Certain yeasts are able to utilize methanol as a sole source of carbon and energy. Species of the so-called methylotrophic yeasts that have the biochemical pathways necessary for methanol utilization are classified into four genera, based upon cell morphology and growth characteristics: Hansenula, Pichia, Candida, and Torulopsis (Billon-Grand, Mycotaxon 35:201 (1989); Kurtzman, Mycologia 84:72 (1992)). Not all species within these genera are capable of utilizing methanol as a source of carbon and energy, and therefore, individual species of a genus may differ in physiology and metabolism.
Methylotrophic yeasts are attractive candidates for use in recombinant protein production systems. Some methylotrophic yeasts have been shown to grow rapidly to high biomass on minimal defined media. Certain genes of methylotrophic yeasts are tightly regulated and highly expressed under induced or de-repressed conditions, suggesting that promoters of these genes might be useful for producing polypeptides of commercial value. See, for example, Romanos et al., Yeast 8:423 (1992), Cregg et al., Bio/Technology 11:905 (1993), Faber et al., Yeast 11:1331 (1995), and Jong et al., SIM News 46:199 (1996).

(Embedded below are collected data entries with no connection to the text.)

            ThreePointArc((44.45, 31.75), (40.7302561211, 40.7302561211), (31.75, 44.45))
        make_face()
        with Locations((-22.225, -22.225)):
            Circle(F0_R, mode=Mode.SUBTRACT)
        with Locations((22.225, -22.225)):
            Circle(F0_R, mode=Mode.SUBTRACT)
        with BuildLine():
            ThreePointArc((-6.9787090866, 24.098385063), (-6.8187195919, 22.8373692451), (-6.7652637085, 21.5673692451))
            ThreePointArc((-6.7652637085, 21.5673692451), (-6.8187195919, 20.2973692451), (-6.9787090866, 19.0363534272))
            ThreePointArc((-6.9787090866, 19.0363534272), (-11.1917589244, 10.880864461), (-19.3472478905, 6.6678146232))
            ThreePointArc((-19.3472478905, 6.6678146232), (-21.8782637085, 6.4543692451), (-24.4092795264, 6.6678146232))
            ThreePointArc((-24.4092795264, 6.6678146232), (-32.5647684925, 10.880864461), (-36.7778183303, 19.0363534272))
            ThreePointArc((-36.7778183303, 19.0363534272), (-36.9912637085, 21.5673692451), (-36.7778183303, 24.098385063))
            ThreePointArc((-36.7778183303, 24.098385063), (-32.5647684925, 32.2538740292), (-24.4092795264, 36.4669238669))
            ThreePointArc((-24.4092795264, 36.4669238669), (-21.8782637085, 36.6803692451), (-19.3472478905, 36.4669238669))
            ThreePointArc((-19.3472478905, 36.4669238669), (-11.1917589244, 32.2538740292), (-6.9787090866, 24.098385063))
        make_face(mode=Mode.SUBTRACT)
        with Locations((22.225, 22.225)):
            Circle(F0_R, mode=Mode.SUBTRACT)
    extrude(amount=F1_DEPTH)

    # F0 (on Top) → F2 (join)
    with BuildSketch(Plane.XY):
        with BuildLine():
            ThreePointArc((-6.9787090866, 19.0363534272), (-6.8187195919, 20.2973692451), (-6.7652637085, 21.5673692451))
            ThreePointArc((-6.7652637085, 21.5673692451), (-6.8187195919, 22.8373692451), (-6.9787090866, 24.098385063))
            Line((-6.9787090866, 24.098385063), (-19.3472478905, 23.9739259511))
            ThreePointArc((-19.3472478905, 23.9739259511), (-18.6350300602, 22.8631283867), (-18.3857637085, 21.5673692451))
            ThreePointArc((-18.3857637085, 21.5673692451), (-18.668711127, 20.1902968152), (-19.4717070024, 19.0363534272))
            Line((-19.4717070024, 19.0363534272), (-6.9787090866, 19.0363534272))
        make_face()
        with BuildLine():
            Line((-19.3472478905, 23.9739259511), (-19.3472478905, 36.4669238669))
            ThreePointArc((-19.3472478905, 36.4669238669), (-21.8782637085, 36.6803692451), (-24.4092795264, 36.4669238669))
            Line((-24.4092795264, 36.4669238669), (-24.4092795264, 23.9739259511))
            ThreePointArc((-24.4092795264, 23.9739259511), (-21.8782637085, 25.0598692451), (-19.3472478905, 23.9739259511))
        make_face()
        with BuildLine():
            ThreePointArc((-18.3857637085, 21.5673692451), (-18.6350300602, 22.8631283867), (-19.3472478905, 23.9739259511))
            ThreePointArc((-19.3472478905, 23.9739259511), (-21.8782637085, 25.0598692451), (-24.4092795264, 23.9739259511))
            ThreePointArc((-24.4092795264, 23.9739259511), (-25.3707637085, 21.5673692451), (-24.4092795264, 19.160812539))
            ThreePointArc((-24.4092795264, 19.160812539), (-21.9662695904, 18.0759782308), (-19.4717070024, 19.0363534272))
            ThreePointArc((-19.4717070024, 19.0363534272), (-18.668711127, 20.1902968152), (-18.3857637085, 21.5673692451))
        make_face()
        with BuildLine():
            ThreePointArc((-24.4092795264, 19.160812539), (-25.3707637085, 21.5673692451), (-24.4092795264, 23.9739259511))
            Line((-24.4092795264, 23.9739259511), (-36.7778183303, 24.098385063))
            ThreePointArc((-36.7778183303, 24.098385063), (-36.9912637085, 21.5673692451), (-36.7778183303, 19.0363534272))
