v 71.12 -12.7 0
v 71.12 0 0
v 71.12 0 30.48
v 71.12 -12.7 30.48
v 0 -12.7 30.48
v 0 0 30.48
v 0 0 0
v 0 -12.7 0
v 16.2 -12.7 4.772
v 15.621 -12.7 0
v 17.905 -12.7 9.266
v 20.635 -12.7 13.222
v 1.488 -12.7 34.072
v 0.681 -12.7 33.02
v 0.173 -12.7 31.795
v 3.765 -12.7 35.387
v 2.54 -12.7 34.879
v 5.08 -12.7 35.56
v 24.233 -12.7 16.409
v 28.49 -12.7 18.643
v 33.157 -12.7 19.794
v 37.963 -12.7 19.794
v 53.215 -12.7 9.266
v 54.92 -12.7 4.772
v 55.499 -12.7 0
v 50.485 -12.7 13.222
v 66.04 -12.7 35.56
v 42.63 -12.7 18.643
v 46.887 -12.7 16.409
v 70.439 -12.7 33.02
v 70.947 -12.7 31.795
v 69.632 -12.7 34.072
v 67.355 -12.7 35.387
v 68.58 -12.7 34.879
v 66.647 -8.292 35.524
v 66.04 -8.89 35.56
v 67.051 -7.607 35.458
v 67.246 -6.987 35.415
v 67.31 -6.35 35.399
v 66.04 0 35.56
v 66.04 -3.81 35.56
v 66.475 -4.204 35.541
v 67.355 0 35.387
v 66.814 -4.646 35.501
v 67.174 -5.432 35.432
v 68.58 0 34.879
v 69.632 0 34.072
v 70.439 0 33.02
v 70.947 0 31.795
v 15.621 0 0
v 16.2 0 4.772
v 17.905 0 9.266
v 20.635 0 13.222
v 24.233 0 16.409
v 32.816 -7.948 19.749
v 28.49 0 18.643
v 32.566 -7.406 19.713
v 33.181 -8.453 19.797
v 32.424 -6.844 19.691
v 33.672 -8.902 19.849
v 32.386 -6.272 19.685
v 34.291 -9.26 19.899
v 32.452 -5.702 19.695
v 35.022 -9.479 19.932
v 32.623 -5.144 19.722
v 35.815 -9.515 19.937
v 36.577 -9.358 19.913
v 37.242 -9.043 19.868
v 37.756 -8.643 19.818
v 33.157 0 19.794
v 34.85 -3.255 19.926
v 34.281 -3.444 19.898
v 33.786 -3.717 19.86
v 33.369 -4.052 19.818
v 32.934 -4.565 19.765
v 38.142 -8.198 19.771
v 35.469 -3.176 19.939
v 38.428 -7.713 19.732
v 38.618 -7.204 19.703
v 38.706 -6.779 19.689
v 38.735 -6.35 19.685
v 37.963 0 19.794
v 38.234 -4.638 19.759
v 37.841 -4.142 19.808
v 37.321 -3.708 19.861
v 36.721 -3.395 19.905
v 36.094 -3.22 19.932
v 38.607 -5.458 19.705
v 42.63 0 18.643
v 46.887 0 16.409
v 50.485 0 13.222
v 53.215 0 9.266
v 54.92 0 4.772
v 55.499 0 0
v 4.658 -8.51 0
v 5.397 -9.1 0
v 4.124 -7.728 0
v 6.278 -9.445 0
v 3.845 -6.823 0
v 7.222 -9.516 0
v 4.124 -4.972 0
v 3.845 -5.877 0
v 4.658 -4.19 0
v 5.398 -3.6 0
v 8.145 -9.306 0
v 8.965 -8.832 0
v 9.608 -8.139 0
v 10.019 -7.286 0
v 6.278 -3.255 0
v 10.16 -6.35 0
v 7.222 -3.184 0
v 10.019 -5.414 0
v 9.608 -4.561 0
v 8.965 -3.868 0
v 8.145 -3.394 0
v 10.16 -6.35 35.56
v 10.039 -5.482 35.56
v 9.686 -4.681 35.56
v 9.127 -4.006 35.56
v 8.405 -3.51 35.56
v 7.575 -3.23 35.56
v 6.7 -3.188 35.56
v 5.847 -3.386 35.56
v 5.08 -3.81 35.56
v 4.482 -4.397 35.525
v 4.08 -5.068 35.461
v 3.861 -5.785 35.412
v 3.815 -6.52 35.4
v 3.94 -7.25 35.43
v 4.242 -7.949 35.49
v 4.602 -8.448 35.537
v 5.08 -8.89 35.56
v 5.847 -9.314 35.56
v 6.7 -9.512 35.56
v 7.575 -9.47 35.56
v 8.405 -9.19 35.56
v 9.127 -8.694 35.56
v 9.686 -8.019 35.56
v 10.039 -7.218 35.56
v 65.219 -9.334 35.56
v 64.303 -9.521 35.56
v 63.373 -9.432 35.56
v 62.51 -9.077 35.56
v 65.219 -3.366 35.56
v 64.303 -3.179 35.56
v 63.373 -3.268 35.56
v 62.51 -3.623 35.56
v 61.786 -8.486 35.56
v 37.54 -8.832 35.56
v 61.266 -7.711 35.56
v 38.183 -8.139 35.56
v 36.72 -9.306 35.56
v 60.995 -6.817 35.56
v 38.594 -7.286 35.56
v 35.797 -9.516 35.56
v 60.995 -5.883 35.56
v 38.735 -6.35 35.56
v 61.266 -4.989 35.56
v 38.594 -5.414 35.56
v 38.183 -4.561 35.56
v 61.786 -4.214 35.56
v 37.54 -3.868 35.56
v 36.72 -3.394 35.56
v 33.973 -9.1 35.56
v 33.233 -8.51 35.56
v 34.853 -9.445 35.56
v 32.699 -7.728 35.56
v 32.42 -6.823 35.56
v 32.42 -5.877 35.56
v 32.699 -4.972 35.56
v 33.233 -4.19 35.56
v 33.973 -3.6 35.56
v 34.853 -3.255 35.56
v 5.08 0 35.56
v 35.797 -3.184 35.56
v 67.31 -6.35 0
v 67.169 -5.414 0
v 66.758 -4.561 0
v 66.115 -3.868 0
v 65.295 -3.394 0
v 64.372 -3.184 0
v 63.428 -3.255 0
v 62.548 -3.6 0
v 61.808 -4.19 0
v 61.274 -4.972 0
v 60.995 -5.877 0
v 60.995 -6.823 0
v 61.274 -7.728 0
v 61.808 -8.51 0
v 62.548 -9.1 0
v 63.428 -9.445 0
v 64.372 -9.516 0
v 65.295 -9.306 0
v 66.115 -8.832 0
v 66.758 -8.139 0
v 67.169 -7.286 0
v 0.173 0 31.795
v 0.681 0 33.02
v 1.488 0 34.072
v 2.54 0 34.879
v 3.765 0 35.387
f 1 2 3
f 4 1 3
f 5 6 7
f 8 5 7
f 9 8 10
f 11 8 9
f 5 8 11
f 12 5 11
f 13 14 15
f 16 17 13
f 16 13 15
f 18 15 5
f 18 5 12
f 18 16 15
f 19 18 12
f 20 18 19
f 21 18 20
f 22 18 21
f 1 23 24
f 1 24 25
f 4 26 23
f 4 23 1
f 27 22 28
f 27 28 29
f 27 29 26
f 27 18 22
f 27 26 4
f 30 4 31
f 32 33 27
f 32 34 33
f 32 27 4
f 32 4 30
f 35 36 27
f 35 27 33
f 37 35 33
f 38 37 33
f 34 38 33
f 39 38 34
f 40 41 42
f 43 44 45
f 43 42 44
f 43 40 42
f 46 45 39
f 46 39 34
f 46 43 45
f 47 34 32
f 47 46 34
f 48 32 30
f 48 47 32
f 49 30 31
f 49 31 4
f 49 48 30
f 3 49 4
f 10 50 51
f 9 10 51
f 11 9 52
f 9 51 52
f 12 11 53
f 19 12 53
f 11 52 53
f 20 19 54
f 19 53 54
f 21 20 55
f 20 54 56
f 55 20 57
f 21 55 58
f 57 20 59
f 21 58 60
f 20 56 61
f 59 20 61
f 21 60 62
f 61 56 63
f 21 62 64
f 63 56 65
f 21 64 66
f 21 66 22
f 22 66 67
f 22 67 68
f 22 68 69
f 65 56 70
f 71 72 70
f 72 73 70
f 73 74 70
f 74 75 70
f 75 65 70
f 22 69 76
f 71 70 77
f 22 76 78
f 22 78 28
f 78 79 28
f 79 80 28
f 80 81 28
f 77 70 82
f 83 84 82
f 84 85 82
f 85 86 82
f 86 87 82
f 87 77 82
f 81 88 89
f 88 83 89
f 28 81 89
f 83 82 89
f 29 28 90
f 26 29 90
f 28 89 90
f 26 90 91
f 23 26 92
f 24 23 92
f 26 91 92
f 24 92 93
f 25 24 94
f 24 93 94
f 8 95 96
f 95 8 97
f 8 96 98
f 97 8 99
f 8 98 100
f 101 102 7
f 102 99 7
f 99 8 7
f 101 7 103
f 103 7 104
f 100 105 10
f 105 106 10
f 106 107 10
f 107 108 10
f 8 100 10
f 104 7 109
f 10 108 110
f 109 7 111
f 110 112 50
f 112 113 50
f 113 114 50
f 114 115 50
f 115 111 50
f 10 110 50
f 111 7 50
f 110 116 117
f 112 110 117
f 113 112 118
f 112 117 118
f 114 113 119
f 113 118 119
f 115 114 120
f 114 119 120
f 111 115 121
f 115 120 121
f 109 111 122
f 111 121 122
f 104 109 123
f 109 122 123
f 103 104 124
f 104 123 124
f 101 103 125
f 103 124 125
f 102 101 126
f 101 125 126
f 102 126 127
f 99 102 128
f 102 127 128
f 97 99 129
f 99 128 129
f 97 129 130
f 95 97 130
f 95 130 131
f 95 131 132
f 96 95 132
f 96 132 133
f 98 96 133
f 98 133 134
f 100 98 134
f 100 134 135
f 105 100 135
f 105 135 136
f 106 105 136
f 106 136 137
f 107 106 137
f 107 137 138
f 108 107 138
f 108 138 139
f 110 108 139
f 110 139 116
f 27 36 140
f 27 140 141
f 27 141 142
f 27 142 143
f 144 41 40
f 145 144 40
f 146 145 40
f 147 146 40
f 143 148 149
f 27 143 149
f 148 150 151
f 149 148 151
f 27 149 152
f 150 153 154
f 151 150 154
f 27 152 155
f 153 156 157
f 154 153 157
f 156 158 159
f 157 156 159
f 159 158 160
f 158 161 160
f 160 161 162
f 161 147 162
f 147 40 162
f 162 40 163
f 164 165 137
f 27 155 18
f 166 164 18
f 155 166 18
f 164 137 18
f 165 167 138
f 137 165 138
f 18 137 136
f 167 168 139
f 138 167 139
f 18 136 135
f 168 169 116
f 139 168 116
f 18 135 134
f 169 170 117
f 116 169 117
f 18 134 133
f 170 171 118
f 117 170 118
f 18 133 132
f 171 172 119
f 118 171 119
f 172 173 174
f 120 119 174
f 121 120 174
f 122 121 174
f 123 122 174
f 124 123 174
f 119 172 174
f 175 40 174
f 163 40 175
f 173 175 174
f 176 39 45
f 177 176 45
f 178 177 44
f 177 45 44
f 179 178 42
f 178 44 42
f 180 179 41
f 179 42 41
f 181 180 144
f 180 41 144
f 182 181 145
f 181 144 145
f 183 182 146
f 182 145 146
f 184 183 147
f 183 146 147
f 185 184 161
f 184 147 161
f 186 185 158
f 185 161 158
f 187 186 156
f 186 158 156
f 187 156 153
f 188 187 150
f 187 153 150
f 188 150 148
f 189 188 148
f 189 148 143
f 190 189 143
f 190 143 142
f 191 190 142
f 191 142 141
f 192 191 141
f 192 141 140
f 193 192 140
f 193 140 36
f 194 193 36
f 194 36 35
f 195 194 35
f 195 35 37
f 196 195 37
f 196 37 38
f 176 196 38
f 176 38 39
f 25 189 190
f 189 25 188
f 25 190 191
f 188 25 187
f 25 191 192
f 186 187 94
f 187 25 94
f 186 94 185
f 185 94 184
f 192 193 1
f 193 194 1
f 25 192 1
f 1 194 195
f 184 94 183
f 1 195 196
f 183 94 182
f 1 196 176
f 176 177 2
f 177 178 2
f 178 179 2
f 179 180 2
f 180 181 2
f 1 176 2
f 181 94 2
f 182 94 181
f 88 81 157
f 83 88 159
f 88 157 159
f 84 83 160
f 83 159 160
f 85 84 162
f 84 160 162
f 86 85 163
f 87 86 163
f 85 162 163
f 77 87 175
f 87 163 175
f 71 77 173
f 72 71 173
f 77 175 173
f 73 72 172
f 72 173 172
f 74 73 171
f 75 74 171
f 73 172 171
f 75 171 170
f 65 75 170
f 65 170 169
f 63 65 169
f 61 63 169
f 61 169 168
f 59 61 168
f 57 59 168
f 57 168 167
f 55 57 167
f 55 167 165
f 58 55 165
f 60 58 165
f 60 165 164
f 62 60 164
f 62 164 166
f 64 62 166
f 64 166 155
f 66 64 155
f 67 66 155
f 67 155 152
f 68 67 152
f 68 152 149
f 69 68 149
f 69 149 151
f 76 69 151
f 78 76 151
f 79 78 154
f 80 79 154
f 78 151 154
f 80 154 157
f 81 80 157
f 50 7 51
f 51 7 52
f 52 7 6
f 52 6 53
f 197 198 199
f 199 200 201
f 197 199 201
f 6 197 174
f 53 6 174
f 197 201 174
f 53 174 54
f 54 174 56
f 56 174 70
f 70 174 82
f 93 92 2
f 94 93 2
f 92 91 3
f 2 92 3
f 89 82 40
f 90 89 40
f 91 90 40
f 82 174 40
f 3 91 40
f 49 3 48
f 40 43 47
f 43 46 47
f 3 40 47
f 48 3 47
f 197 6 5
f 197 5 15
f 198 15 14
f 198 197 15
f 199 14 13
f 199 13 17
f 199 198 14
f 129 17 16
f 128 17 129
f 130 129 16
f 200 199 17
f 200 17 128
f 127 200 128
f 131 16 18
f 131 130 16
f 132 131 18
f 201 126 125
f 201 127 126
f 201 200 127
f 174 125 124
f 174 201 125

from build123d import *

# Parameters (mm, degrees)
F1_DEPTH    = 12.7
F2_R        = 3.175
F3_DEPTH    = 35.561
F4_R        = 3.175
F5_DEPTH    = 15.8764097817
F6_T1_DEPTH = 38.1


# Not quite as in the source:
# - a fillet or chamfer that OpenCascade refuses, or shapes differently, is made with other operations: its cross-section is extruded or revolved along the edge and cut away or added


with BuildPart() as f1:
    # F0 (on Front) → F1 (new body)
    with BuildSketch(Plane.XZ):
        with BuildLine():
            Line((0, 35.56), (0, 0))
            Line((0, 0), (15.621, 0))
            ThreePointArc((15.621, 0), (35.56, 19.939), (55.499, 0))
            Line((55.499, 0), (71.12, 0))
            Line((71.12, 0), (71.12, 35.56))
            Line((71.12, 35.56), (0, 35.56))
        make_face()
    extrude(amount=F1_DEPTH)

    # F2 (on face) → F3 (cut, through all)
    with BuildSketch(Plane.XY.offset(35.56)):
        with Locations((6.985, -6.35)):
            Circle(F2_R)
        with Locations((64.135, -6.35)):
            Circle(F2_R)
    extrude(amount=-F3_DEPTH, mode=Mode.SUBTRACT)

    # F4 (on face) → F5 (cut, through all)
    with BuildSketch(Plane.XY.offset(35.56)):
        with Locations((35.56, -6.35)):
            Circle(F4_R)
    extrude(amount=-F5_DEPTH, mode=Mode.SUBTRACT)

    # F6: fillet of radius 5.08 on 2 edges, made by hand

    # F6_s2 → F6_t1 (cut)
    with BuildSketch(Plane.XZ.offset(-12.7)):
        with BuildLine():
            ThreePointArc((0, 30.48), (1.4878975516, 34.0721024484), (5.08, 35.56))
            Line((5.08, 35.56), (0, 35.56))
            Line((0, 35.56), (0, 30.48))
        make_face()
        with BuildLine():
            ThreePointArc((66.04, 35.56), (69.6321024484, 34.0721024484), (71.12, 30.48))
            Line((71.12, 30.48), (71.12, 35.56))
            Line((71.12, 35.56), (66.04, 35.56))
        make_face()
    extrude(amount=F6_T1_DEPTH, mode=Mode.SUBTRACT)


solid = f1.part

Development of methylotrophic yeasts as hosts for use in recombinant production systems has been slow, due in part to a lack of efficient promoters, selectable markers, and mutant host cells, as well as suitable transformation techniques. The most highly developed methylotrophic host systems utilize Pichia pastoris (Komagataella pastoris) and Hansenula polymorpha (Pichia angusta) (Faber et al, Curr. Genet. 25:305-310 (1994); Cregg et al., ibid.; Romanos et al., Yeast 8:423 (1992); U.S. Pat. No. 4,855,242; U.S. Pat. No. 4,857,467; U.S. Pat. No. 4,879,231; and U.S. Pat. No. 4,929,555).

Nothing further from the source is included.